**SOURCE MATERIAL:**
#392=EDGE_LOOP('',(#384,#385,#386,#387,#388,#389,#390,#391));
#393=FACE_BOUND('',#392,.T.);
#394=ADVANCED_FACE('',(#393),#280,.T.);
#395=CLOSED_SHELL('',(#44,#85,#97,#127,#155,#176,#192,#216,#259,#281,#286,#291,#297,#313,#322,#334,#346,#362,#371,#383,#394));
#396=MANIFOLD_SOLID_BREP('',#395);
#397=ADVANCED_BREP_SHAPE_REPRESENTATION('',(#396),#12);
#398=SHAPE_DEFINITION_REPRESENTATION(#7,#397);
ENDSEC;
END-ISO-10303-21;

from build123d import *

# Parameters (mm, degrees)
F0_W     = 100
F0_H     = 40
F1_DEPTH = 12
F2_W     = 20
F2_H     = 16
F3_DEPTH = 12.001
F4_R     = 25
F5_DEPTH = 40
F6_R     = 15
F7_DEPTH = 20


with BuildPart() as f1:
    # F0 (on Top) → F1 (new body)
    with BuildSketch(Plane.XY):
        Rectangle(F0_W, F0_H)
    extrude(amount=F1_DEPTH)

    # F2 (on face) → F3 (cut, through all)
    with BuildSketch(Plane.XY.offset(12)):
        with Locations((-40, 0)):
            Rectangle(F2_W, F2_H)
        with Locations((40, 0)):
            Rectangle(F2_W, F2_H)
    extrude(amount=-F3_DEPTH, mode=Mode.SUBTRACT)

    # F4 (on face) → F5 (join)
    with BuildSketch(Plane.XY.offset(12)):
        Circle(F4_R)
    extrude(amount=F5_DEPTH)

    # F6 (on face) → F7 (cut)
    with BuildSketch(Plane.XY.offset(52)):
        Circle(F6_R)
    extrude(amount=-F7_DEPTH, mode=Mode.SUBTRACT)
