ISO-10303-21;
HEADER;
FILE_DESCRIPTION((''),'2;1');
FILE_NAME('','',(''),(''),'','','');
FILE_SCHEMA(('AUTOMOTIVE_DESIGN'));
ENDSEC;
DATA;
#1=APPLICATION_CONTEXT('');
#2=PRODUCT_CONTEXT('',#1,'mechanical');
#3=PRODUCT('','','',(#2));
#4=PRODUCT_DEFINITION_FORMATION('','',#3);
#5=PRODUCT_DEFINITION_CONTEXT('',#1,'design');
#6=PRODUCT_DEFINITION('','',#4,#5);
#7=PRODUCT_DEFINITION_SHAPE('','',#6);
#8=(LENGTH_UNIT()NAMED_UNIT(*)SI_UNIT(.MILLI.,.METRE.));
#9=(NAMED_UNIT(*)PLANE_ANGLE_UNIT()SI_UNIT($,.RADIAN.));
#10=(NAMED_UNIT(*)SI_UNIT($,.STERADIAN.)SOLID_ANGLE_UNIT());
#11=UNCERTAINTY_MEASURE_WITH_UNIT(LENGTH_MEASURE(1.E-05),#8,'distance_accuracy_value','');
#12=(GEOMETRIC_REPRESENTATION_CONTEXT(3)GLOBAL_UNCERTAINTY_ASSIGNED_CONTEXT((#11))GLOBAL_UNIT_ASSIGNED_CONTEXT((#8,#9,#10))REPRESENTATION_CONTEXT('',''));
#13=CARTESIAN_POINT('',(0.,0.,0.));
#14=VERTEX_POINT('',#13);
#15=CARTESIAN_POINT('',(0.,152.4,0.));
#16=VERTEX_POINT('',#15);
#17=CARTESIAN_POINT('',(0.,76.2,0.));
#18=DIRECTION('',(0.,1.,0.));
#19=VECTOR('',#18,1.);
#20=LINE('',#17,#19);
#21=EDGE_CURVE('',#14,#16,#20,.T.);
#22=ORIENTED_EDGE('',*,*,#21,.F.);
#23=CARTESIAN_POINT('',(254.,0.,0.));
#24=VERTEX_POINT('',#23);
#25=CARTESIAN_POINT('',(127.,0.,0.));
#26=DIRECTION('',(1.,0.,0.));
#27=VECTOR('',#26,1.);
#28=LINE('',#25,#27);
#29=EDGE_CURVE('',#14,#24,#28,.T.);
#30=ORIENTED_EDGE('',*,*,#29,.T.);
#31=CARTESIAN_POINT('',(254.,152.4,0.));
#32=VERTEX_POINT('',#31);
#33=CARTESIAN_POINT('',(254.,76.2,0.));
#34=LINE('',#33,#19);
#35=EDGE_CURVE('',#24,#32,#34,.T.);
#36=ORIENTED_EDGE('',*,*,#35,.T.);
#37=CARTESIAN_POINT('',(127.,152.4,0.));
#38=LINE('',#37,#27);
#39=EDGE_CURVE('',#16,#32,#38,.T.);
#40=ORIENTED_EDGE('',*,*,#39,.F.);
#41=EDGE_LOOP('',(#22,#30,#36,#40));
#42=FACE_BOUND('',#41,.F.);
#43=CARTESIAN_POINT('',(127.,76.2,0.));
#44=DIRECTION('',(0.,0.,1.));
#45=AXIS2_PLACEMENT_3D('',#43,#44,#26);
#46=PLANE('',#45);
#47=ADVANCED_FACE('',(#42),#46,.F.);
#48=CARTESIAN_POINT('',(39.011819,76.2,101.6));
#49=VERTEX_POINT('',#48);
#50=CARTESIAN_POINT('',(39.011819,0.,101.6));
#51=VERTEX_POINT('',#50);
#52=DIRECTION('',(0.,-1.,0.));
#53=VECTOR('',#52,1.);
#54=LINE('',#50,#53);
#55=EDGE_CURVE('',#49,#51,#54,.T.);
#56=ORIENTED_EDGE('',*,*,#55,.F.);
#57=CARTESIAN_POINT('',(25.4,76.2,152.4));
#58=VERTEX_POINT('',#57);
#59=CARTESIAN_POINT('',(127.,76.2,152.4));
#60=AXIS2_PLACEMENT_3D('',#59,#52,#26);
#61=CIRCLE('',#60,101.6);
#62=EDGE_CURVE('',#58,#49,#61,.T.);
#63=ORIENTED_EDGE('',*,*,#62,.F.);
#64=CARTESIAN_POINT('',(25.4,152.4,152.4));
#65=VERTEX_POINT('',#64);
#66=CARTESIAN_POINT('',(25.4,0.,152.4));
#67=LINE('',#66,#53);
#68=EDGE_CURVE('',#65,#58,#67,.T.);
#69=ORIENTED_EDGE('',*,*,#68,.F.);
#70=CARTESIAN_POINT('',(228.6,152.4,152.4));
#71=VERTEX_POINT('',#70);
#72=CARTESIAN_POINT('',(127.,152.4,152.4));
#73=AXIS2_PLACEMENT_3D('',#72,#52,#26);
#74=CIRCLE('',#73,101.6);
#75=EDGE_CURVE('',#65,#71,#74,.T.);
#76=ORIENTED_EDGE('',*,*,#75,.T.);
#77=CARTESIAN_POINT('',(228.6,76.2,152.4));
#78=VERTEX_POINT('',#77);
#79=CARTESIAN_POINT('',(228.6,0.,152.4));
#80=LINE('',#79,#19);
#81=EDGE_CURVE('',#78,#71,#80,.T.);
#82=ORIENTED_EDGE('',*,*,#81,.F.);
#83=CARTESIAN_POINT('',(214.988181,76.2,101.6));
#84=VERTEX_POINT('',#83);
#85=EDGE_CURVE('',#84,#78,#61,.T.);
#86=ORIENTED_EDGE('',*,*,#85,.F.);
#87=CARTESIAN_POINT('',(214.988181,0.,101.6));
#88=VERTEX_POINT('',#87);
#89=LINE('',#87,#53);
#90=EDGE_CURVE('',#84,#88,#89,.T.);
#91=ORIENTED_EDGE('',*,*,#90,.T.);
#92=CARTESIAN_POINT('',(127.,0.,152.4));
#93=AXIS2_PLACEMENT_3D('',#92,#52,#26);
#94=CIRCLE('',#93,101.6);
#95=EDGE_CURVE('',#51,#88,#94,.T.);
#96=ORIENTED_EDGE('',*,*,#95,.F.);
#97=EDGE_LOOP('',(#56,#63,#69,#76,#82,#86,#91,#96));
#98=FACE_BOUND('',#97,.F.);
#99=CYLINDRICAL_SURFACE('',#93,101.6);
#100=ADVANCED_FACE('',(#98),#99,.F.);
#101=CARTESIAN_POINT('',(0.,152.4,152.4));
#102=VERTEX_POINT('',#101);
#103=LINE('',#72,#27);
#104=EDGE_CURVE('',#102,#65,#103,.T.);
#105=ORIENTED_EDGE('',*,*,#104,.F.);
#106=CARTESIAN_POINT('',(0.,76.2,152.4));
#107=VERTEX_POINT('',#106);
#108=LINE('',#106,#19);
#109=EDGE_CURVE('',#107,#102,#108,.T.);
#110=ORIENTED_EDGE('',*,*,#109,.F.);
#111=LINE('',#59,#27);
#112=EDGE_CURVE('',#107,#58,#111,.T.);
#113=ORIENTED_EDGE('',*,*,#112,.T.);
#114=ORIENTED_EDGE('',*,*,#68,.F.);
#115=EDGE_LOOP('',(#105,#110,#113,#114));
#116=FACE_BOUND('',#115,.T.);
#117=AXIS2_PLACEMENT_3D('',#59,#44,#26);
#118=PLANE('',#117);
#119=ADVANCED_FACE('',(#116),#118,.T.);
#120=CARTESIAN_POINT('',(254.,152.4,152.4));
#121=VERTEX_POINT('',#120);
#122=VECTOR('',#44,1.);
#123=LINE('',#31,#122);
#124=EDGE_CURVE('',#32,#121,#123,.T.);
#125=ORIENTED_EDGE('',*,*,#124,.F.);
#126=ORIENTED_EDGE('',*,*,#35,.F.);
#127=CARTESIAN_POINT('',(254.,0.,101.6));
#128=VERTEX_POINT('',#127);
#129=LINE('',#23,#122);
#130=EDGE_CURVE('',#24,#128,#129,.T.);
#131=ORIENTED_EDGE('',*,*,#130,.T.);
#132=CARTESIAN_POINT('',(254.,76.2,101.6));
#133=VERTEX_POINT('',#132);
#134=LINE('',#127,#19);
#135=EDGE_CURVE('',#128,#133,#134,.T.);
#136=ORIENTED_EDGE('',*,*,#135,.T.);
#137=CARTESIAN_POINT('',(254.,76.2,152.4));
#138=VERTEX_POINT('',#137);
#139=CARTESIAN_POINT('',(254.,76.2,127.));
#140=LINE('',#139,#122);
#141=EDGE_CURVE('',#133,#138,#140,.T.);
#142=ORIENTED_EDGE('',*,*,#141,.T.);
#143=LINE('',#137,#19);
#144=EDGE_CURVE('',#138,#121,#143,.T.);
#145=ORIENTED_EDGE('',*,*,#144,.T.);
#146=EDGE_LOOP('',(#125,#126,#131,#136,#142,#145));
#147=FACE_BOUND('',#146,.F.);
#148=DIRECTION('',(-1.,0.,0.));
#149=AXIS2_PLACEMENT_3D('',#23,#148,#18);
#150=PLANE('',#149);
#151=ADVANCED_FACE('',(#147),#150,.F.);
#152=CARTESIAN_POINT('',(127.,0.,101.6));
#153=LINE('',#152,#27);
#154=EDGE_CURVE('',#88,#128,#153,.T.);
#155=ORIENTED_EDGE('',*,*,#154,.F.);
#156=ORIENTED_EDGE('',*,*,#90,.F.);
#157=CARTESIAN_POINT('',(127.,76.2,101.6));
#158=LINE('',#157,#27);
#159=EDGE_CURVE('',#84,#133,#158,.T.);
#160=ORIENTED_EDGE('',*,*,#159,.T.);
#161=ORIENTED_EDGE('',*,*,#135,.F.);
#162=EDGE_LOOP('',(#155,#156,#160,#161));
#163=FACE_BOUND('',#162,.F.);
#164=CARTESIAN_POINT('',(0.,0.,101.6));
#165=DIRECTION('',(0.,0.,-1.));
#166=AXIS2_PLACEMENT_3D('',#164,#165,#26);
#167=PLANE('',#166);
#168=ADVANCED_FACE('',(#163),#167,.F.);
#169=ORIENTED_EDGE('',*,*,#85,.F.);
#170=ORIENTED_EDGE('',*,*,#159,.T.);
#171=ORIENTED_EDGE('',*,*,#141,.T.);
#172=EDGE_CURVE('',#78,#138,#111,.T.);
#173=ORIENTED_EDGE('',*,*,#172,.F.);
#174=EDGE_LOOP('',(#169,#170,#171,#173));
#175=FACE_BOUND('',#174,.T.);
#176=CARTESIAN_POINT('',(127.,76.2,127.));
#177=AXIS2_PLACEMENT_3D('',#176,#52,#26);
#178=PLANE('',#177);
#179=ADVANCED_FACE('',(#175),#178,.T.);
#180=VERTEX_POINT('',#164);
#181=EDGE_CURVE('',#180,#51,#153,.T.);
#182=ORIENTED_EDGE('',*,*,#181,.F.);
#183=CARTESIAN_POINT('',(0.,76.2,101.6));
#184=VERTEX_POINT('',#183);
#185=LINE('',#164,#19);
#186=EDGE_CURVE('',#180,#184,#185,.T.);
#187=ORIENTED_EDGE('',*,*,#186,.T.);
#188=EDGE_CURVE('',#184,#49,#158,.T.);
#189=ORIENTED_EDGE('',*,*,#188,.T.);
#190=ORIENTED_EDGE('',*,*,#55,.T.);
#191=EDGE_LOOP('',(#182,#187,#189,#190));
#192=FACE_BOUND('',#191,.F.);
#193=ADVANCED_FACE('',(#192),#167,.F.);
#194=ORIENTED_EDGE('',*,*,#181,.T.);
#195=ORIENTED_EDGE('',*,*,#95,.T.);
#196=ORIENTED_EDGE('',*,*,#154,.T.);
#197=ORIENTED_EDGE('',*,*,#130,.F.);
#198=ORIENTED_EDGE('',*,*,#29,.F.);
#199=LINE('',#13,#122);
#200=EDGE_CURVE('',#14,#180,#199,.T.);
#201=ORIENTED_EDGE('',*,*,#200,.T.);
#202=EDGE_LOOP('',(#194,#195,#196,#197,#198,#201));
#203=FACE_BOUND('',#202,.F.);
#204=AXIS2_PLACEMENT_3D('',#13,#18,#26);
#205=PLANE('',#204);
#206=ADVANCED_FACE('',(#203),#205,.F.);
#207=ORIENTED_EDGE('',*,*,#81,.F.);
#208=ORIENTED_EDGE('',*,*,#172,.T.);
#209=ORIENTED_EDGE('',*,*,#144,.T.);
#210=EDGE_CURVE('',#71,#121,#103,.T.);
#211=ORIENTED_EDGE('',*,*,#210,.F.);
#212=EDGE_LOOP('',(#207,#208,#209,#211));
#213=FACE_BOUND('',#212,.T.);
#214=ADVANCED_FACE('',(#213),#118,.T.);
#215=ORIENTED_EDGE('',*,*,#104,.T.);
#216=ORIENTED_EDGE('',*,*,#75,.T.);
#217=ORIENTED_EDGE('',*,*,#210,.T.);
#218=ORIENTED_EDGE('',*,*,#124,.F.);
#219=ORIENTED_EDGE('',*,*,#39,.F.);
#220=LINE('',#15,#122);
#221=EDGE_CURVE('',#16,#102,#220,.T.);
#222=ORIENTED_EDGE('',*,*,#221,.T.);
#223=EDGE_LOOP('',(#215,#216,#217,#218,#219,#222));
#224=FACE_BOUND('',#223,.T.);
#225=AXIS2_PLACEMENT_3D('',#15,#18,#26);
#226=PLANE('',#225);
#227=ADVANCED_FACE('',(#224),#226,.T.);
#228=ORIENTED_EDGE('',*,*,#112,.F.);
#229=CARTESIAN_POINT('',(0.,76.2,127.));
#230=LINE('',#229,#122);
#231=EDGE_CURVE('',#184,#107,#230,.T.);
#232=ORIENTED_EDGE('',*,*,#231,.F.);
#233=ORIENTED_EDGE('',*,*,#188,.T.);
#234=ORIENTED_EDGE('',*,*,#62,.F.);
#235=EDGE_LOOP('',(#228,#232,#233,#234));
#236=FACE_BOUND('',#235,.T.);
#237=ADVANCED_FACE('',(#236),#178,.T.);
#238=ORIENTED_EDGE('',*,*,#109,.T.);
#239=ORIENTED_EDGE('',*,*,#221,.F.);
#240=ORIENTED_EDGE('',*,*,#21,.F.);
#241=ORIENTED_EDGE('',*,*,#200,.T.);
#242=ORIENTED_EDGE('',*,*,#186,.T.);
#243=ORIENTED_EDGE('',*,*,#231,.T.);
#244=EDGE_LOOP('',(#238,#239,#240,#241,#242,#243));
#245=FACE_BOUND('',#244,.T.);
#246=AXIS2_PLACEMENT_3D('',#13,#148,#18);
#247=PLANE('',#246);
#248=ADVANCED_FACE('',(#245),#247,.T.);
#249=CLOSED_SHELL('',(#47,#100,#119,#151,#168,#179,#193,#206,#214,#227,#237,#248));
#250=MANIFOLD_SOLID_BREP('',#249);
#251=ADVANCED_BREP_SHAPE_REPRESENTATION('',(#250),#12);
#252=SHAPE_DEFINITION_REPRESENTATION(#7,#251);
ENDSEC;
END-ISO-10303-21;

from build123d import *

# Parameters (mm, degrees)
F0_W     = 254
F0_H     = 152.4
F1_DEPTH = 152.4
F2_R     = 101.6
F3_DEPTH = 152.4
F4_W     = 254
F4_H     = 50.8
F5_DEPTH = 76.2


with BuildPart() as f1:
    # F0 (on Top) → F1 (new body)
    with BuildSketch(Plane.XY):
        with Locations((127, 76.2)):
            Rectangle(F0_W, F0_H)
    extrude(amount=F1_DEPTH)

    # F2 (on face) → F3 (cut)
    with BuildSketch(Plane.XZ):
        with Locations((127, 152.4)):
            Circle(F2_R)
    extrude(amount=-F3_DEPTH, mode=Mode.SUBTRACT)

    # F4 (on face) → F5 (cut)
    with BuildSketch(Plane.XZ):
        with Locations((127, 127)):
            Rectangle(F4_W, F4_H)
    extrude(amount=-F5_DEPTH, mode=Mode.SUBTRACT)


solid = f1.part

---

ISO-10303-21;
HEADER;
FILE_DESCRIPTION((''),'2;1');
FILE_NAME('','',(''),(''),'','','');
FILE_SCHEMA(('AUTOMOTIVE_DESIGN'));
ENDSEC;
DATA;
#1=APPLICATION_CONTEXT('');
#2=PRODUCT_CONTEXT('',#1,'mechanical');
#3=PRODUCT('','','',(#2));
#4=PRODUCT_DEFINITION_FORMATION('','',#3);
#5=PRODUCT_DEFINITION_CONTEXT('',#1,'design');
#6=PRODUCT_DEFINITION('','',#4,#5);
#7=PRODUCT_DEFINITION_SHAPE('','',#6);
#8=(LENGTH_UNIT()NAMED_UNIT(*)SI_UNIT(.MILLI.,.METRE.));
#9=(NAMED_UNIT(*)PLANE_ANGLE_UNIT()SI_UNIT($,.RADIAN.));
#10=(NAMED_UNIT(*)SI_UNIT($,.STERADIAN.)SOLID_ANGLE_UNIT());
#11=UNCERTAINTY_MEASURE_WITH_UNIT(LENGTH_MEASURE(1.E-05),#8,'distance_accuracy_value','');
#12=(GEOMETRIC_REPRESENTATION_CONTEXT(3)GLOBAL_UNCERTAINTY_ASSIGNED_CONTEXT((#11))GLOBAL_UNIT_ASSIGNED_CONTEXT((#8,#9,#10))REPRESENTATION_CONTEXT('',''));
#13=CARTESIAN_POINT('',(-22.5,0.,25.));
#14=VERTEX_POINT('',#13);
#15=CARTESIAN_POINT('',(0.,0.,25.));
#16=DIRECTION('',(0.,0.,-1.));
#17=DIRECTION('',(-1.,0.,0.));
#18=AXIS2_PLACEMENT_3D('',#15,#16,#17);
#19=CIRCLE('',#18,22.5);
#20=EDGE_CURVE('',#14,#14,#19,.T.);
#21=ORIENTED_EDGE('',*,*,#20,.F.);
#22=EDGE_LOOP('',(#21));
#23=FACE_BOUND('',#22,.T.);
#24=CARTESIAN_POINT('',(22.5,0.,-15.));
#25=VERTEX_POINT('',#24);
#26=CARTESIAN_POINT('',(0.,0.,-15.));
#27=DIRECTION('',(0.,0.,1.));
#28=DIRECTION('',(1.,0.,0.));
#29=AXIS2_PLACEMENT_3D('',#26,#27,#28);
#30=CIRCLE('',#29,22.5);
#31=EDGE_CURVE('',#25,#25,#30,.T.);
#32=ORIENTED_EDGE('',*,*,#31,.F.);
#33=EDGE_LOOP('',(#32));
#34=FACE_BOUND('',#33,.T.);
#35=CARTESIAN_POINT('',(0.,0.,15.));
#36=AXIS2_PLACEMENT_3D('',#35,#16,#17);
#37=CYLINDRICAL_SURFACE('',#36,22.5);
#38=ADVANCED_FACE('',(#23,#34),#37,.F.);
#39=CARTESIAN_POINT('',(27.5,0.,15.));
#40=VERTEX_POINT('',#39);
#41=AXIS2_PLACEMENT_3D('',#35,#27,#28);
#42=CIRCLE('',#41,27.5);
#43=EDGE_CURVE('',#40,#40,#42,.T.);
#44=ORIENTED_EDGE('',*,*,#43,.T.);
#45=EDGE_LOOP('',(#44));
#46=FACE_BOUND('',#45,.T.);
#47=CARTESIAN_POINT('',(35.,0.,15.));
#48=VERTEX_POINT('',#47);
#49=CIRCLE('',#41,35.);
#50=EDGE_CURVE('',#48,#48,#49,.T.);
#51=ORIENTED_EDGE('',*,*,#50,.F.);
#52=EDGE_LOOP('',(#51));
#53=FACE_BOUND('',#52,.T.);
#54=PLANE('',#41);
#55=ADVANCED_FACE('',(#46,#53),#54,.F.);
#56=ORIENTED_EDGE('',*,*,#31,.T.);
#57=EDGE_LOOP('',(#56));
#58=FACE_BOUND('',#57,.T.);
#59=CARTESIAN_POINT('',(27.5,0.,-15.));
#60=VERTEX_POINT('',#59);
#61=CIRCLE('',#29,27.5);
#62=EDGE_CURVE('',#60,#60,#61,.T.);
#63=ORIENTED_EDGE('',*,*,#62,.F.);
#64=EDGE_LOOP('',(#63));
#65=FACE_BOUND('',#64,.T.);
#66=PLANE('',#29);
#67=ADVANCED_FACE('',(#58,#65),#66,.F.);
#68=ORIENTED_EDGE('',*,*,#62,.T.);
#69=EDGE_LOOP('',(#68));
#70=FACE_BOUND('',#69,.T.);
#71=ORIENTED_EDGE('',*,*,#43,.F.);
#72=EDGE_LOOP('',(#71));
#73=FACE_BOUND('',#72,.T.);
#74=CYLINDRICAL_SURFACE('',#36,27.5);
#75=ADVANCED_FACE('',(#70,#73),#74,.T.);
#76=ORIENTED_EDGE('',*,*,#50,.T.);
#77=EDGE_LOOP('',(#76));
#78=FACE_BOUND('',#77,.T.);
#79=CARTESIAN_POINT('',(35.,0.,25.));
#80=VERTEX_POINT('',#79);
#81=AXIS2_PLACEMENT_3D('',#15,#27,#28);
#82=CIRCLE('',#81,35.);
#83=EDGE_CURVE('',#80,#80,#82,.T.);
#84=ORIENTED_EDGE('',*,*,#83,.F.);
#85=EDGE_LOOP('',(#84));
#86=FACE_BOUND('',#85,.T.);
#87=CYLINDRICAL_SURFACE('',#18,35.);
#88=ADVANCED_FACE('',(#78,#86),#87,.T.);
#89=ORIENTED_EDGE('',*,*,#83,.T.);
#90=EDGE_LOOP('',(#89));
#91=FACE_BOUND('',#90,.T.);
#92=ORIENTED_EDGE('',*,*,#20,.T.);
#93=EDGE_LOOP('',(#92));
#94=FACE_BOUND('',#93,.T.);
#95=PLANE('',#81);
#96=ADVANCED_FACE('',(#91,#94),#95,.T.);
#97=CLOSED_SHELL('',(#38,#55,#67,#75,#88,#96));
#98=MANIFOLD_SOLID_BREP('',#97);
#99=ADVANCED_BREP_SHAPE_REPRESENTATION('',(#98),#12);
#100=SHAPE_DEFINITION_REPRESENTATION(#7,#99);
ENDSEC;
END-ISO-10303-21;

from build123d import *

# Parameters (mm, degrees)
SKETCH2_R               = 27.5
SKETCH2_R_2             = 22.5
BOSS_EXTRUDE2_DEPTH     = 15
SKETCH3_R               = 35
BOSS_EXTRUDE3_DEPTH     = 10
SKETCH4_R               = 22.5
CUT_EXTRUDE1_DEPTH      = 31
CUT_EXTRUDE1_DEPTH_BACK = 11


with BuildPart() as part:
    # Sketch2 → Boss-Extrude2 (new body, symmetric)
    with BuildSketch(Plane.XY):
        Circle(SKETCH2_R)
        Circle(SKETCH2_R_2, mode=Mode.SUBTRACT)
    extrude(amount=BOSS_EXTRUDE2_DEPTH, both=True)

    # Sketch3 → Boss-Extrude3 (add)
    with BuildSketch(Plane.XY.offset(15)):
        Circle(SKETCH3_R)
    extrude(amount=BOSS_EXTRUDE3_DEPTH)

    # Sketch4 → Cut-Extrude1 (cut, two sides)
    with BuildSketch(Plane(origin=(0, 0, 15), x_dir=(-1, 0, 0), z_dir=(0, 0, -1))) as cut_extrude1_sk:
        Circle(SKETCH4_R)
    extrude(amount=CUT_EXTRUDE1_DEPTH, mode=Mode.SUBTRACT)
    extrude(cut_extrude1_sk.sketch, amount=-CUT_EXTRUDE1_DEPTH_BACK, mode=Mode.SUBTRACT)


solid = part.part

**TASK:**
Repeat, exactly as they stand above, the lines from the line with "#164=CARTESIAN_POINT('',(0.,0.,101.6));" to the line with "#178=PLANE('',#177);", both lines included.

**WRITTEN SOLUTION:**
#164=CARTESIAN_POINT('',(0.,0.,101.6));
#165=DIRECTION('',(0.,0.,-1.));
#166=AXIS2_PLACEMENT_3D('',#164,#165,#26);
#167=PLANE('',#166);
#168=ADVANCED_FACE('',(#163),#167,.F.);
#169=ORIENTED_EDGE('',*,*,#85,.F.);
#170=ORIENTED_EDGE('',*,*,#159,.T.);
#171=ORIENTED_EDGE('',*,*,#141,.T.);
#172=EDGE_CURVE('',#78,#138,#111,.T.);
#173=ORIENTED_EDGE('',*,*,#172,.F.);
#174=EDGE_LOOP('',(#169,#170,#171,#173));
#175=FACE_BOUND('',#174,.T.);
#176=CARTESIAN_POINT('',(127.,76.2,127.));
#177=AXIS2_PLACEMENT_3D('',#176,#52,#26);
#178=PLANE('',#177);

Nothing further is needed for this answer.